:: Data to examine ::
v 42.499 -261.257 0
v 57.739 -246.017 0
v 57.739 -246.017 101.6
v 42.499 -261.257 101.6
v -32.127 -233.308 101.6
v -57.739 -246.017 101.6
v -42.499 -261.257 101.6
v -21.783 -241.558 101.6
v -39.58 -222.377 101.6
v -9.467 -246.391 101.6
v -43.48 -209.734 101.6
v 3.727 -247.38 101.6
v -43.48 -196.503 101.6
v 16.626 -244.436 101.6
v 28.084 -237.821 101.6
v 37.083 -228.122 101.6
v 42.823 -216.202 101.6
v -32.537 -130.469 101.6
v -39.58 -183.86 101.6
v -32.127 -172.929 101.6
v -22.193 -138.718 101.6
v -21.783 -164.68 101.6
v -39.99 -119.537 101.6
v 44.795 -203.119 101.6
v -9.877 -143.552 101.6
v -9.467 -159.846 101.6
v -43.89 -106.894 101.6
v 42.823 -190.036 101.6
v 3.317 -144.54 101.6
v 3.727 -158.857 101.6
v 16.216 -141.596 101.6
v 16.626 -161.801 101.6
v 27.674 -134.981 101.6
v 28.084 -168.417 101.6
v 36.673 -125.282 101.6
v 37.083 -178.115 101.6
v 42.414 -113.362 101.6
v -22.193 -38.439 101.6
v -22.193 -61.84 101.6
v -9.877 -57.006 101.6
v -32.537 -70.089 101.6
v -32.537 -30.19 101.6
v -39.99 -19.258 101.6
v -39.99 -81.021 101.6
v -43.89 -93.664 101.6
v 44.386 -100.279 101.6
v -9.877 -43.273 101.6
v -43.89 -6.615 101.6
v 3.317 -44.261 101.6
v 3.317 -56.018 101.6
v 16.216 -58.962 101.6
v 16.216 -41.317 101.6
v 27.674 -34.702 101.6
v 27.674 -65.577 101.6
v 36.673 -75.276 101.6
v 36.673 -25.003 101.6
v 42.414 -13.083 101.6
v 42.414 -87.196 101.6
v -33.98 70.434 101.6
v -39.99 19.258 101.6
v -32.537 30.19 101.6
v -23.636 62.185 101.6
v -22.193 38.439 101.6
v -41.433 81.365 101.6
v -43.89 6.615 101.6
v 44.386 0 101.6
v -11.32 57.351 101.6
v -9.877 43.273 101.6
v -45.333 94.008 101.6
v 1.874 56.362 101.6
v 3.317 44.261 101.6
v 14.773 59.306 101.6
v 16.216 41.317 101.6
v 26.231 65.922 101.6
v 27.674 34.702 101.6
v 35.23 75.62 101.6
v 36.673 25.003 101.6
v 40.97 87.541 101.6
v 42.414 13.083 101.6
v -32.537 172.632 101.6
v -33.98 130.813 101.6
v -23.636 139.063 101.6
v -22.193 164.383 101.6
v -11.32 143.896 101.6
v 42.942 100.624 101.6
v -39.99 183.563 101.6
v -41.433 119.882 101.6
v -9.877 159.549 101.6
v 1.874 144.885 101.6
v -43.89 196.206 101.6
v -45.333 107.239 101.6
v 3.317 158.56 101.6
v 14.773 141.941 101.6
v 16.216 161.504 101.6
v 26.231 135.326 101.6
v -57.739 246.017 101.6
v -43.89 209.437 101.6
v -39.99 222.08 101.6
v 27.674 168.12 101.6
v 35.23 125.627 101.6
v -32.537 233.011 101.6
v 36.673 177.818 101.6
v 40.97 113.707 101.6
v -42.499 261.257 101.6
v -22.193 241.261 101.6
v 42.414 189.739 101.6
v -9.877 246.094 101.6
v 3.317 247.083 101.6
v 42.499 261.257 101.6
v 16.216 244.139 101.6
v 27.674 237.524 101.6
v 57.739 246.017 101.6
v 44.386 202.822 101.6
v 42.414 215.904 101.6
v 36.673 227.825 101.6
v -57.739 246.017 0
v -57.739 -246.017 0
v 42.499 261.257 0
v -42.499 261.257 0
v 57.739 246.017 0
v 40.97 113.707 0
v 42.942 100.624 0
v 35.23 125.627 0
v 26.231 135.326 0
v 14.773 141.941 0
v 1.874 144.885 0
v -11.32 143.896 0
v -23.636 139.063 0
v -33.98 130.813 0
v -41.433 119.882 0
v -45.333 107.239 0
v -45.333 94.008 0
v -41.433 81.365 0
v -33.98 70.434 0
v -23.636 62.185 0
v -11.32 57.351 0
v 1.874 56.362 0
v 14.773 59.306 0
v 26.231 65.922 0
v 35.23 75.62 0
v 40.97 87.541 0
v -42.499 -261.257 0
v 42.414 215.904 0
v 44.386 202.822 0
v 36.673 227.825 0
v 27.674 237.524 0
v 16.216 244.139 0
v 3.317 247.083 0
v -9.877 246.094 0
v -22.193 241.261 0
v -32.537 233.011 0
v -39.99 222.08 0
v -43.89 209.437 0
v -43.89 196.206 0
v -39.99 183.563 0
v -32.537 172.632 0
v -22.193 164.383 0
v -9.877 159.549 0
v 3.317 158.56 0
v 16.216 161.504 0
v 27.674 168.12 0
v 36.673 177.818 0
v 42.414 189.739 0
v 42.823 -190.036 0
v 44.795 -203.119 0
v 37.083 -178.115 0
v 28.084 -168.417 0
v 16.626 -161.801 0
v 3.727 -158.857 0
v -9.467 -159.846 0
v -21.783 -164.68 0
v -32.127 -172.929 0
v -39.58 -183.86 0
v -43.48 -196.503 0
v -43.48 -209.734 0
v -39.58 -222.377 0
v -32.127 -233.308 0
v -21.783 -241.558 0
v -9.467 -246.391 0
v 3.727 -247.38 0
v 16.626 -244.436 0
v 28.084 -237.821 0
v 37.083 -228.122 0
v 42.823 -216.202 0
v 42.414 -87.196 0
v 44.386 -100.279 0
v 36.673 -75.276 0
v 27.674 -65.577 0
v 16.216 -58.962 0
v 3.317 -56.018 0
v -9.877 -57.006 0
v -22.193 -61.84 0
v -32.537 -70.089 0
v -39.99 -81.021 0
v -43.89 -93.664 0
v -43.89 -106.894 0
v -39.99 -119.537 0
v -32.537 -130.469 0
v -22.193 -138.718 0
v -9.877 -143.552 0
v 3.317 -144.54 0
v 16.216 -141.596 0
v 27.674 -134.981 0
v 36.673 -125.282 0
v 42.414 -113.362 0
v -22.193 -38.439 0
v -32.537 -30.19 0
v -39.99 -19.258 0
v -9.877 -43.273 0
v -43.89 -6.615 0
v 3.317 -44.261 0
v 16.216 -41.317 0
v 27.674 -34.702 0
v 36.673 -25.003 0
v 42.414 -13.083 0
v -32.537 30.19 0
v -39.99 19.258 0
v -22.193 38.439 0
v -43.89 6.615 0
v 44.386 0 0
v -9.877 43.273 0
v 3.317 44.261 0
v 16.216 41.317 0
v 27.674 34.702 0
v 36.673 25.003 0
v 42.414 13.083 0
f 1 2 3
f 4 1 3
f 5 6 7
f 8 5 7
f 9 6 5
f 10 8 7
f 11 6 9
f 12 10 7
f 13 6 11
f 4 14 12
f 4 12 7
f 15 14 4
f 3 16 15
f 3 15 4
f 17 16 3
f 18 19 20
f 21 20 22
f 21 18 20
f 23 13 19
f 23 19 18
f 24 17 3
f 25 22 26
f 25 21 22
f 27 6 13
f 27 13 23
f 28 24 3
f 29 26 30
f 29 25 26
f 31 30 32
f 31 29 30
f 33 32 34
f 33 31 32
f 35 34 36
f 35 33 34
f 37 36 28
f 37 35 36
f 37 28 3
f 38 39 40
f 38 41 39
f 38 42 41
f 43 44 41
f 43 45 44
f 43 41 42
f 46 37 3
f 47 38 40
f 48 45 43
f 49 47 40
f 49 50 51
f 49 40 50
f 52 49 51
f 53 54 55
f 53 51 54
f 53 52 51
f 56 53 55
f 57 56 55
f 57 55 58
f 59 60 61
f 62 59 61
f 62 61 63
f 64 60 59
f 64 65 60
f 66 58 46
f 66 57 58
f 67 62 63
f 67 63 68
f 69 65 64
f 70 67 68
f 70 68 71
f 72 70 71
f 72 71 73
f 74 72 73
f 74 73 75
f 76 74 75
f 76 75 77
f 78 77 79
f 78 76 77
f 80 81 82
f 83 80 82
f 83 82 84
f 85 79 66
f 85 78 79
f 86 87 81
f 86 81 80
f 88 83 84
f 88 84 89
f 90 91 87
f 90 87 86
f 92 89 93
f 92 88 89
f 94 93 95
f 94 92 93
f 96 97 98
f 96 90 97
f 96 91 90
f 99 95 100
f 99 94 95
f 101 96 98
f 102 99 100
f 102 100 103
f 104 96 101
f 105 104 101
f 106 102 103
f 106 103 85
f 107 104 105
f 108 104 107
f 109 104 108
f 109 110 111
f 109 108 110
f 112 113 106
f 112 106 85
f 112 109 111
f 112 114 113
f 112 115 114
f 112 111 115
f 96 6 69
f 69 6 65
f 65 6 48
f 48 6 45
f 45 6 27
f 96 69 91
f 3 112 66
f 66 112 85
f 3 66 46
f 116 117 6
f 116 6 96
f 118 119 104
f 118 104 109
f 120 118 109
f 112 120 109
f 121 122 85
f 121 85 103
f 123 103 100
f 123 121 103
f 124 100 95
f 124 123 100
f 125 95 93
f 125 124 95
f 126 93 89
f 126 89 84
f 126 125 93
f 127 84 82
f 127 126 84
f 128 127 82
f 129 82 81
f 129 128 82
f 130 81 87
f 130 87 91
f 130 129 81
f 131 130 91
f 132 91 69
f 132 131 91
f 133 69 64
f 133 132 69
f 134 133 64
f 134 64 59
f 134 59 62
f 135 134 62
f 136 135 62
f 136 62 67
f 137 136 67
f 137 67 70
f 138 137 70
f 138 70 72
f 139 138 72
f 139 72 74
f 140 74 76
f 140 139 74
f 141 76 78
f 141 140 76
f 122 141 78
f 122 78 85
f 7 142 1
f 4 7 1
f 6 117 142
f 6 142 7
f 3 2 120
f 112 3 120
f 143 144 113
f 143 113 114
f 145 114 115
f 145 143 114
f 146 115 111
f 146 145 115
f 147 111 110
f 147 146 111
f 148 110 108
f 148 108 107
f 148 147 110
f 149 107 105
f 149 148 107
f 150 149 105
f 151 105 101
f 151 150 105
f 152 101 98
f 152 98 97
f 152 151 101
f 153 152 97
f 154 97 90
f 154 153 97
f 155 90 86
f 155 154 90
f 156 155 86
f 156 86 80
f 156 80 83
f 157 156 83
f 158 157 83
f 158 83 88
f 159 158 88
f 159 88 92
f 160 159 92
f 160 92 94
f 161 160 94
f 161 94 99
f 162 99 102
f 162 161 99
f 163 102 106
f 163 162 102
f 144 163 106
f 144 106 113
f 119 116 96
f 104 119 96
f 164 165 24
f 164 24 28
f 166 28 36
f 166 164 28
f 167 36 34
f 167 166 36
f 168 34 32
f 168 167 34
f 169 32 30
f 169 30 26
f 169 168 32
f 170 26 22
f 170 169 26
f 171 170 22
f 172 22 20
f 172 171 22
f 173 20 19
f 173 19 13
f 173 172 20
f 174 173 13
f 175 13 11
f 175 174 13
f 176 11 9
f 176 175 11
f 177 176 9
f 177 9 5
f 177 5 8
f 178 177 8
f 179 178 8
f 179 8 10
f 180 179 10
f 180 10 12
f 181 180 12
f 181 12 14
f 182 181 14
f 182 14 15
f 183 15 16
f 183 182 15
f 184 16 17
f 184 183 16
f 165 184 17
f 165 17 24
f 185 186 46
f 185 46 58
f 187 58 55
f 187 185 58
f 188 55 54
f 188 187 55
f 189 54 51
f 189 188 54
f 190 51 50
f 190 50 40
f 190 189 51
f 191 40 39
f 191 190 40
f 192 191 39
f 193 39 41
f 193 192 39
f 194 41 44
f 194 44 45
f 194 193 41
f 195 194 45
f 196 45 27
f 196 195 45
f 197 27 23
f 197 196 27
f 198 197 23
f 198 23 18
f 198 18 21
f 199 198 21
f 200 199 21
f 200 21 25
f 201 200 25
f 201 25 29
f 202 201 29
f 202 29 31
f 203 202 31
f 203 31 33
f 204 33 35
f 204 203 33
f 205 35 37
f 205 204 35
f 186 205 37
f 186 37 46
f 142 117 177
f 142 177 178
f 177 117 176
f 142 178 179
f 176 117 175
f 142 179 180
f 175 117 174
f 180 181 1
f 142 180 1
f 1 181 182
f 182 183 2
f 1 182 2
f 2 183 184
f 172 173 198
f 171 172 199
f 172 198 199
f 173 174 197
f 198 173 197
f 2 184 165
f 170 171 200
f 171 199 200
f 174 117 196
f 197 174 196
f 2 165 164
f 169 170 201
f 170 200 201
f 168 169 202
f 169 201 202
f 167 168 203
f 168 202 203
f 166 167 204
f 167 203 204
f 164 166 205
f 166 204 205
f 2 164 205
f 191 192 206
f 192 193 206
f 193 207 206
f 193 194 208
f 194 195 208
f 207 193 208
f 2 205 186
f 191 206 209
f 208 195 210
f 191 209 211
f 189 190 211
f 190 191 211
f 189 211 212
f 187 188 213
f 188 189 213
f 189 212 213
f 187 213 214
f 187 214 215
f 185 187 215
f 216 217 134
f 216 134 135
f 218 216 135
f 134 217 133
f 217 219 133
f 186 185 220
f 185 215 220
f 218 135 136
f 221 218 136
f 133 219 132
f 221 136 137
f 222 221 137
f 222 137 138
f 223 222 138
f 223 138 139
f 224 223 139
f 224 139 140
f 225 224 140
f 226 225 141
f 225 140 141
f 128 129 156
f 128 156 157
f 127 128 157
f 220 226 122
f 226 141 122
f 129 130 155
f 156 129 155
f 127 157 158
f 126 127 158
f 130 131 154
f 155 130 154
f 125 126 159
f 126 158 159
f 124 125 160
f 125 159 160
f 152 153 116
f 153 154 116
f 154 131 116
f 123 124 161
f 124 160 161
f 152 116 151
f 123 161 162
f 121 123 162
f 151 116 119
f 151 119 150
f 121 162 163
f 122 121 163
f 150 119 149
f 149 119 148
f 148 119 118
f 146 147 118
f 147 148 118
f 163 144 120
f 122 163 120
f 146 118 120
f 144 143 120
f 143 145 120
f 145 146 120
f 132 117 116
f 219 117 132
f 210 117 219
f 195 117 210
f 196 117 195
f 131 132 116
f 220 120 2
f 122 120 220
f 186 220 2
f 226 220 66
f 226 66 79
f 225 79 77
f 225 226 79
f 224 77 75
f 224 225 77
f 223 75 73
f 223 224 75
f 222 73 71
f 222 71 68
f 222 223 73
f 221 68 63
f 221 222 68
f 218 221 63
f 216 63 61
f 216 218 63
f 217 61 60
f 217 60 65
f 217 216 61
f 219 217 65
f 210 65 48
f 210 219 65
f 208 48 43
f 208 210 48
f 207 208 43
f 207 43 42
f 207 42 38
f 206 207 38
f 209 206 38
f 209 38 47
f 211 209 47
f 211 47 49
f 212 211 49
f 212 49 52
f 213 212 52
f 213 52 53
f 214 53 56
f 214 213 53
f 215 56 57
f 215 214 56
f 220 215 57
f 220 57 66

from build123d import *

# Parameters (mm, degrees)
F0_W     = 115.478478
F0_H     = 522.514462
F0_R     = 44.385544
F1_DEPTH = 101.6
F2_SIZE  = 15.24
F3_SIZE  = 15.24
F4_SIZE  = 15.24
F5_SIZE  = 15.24


with BuildPart() as f1:
    # F0 (on Top) → F1 (new body)
    with BuildSketch(Plane.XY):
        Rectangle(F0_W, F0_H)
        with Locations((0, -100.278944)):
            Circle(F0_R, mode=Mode.SUBTRACT)
        with Locations((0.409667, -203.118652)):
            Circle(F0_R, mode=Mode.SUBTRACT)
        Circle(F0_R, mode=Mode.SUBTRACT)
        with Locations((-1.443157, 100.623645)):
            Circle(F0_R, mode=Mode.SUBTRACT)
        with Locations((0, 202.821597)):
            Circle(F0_R, mode=Mode.SUBTRACT)
    extrude(amount=F1_DEPTH)

    # F2
    f2_edges = [f1.edges().sort_by_distance(p)[0] for p in [
        (57.739239, -261.257231, 50.8),
    ]]
    chamfer(f2_edges, length=F2_SIZE)

    # F3
    f3_edges = [f1.edges().sort_by_distance(p)[0] for p in [
        (-57.739239, -261.257231, 50.8),
    ]]
    chamfer(f3_edges, length=F3_SIZE)

    # F4
    f4_edges = [f1.edges().sort_by_distance(p)[0] for p in [
        (57.739239, 261.257231, 50.8),
    ]]
    chamfer(f4_edges, length=F4_SIZE)

    # F5
    f5_edges = [f1.edges().sort_by_distance(p)[0] for p in [
        (-57.739239, 261.257231, 50.8),
    ]]
    chamfer(f5_edges, length=F5_SIZE)


solid = f1.part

:: Task to carry out ::
In the listing above, find the line holding "f 182 14 15" and the line holding "f 172 173 198", then output those two lines and every line between them exactly.

:: Task solution ::
f 182 14 15
f 183 15 16
f 183 182 15
f 184 16 17
f 184 183 16
f 165 184 17
f 165 17 24
f 185 186 46
f 185 46 58
f 187 58 55
f 187 185 58
f 188 55 54
f 188 187 55
f 189 54 51
f 189 188 54
f 190 51 50
f 190 50 40
f 190 189 51
f 191 40 39
f 191 190 40
f 192 191 39
f 193 39 41
f 193 192 39
f 194 41 44
f 194 44 45
f 194 193 41
f 195 194 45
f 196 45 27
f 196 195 45
f 197 27 23
f 197 196 27
f 198 197 23
f 198 23 18
f 198 18 21
f 199 198 21
f 200 199 21
f 200 21 25
f 201 200 25
f 201 25 29
f 202 201 29
f 202 29 31
f 203 202 31
f 203 31 33
f 204 33 35
f 204 203 33
f 205 35 37
f 205 204 35
f 186 205 37
f 186 37 46
f 142 117 177
f 142 177 178
f 177 117 176
f 142 178 179
f 176 117 175
f 142 179 180
f 175 117 174
f 180 181 1
f 142 180 1
f 1 181 182
f 182 183 2
f 1 182 2
f 2 183 184
f 172 173 198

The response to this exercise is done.